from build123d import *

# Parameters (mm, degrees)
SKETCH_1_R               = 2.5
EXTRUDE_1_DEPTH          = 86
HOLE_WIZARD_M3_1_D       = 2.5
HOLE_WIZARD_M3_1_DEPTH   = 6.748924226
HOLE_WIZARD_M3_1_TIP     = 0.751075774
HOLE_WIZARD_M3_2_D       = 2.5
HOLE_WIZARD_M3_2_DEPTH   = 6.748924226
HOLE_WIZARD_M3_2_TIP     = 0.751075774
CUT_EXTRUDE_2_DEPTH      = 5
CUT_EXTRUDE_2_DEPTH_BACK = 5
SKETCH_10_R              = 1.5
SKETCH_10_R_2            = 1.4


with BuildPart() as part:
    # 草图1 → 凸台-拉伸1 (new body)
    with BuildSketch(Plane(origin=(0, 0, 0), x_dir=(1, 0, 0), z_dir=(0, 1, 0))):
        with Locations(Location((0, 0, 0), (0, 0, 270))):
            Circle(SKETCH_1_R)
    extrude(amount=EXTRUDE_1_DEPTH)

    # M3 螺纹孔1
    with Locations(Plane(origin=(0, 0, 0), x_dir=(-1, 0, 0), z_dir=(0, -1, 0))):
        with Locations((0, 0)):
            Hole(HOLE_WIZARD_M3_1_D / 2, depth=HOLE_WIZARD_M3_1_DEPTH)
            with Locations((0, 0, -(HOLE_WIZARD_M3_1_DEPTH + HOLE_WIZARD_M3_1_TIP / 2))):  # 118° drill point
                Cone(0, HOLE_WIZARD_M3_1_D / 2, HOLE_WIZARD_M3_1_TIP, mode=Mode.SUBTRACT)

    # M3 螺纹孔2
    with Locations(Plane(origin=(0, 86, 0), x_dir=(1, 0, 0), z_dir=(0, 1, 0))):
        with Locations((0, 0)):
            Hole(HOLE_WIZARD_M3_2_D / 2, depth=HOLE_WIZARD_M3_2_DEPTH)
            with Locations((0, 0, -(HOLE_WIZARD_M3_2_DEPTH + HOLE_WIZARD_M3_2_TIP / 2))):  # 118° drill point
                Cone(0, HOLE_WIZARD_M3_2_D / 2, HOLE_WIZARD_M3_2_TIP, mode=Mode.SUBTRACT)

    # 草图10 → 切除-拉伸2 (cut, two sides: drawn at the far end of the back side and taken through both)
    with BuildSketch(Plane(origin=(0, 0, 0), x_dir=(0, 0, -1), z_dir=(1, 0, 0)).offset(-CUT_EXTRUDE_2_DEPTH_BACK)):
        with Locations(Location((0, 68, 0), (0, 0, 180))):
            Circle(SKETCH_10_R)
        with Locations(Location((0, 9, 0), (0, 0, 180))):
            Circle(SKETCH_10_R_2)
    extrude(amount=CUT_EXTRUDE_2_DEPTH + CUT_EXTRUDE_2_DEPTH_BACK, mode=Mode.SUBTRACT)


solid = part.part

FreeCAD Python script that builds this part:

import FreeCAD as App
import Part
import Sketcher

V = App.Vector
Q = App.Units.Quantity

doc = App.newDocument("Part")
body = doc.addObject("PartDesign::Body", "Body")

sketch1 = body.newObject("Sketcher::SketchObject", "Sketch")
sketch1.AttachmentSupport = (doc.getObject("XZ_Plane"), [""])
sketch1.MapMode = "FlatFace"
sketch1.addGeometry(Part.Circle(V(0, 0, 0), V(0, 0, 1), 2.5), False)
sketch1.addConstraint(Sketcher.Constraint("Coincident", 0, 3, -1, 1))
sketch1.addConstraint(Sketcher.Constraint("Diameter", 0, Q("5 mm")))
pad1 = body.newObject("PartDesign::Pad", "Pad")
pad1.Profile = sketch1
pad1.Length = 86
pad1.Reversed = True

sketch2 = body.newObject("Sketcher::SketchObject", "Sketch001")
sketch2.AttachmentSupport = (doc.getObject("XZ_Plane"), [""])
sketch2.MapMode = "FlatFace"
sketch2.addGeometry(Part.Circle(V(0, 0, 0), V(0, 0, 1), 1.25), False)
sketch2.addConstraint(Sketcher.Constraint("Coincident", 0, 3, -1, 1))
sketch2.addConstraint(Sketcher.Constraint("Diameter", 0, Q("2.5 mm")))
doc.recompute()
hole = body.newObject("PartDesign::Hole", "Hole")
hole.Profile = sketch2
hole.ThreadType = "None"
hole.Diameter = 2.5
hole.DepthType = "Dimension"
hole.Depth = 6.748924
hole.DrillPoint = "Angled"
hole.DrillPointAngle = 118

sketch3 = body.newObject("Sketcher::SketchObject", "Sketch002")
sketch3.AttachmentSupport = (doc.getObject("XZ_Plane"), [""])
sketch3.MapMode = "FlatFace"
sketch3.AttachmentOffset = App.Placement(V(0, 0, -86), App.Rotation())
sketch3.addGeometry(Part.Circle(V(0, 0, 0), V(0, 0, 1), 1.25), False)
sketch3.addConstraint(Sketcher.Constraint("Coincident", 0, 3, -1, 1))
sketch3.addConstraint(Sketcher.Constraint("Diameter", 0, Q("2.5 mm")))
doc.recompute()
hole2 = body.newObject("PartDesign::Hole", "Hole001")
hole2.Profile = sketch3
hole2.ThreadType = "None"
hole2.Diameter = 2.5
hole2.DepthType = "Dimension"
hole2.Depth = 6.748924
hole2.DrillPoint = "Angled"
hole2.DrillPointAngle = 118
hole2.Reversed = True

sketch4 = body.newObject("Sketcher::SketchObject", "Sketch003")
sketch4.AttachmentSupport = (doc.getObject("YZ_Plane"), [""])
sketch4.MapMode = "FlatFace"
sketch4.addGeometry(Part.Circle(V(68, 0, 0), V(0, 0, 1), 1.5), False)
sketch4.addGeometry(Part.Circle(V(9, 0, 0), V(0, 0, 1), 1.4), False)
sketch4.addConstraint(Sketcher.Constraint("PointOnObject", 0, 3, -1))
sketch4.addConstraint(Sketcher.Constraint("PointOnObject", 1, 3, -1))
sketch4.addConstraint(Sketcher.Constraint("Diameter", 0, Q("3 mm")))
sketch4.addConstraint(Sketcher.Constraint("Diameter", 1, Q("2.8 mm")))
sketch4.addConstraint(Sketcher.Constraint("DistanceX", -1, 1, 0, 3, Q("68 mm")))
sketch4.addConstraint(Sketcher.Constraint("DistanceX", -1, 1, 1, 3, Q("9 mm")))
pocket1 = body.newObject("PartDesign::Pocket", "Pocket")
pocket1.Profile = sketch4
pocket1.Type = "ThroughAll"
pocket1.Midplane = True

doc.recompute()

▶ _TASK DIRECTIONS_
Take the line above containing "Hole(HOLE_WIZARD_M3_1_D / 2, depth=HOLE_WIZARD_M3_1_DEPTH)", the line containing "FreeCAD Python script", and all lines in between, and copy them exactly without anything else.

▶ _ANSWER SPACE_
            Hole(HOLE_WIZARD_M3_1_D / 2, depth=HOLE_WIZARD_M3_1_DEPTH)
            with Locations((0, 0, -(HOLE_WIZARD_M3_1_DEPTH + HOLE_WIZARD_M3_1_TIP / 2))):  # 118° drill point
                Cone(0, HOLE_WIZARD_M3_1_D / 2, HOLE_WIZARD_M3_1_TIP, mode=Mode.SUBTRACT)

    # M3 螺纹孔2
    with Locations(Plane(origin=(0, 86, 0), x_dir=(1, 0, 0), z_dir=(0, 1, 0))):
        with Locations((0, 0)):
            Hole(HOLE_WIZARD_M3_2_D / 2, depth=HOLE_WIZARD_M3_2_DEPTH)
            with Locations((0, 0, -(HOLE_WIZARD_M3_2_DEPTH + HOLE_WIZARD_M3_2_TIP / 2))):  # 118° drill point
                Cone(0, HOLE_WIZARD_M3_2_D / 2, HOLE_WIZARD_M3_2_TIP, mode=Mode.SUBTRACT)

    # 草图10 → 切除-拉伸2 (cut, two sides: drawn at the far end of the back side and taken through both)
    with BuildSketch(Plane(origin=(0, 0, 0), x_dir=(0, 0, -1), z_dir=(1, 0, 0)).offset(-CUT_EXTRUDE_2_DEPTH_BACK)):
        with Locations(Location((0, 68, 0), (0, 0, 180))):
            Circle(SKETCH_10_R)
        with Locations(Location((0, 9, 0), (0, 0, 180))):
            Circle(SKETCH_10_R_2)
    extrude(amount=CUT_EXTRUDE_2_DEPTH + CUT_EXTRUDE_2_DEPTH_BACK, mode=Mode.SUBTRACT)


solid = part.part

FreeCAD Python script that builds this part:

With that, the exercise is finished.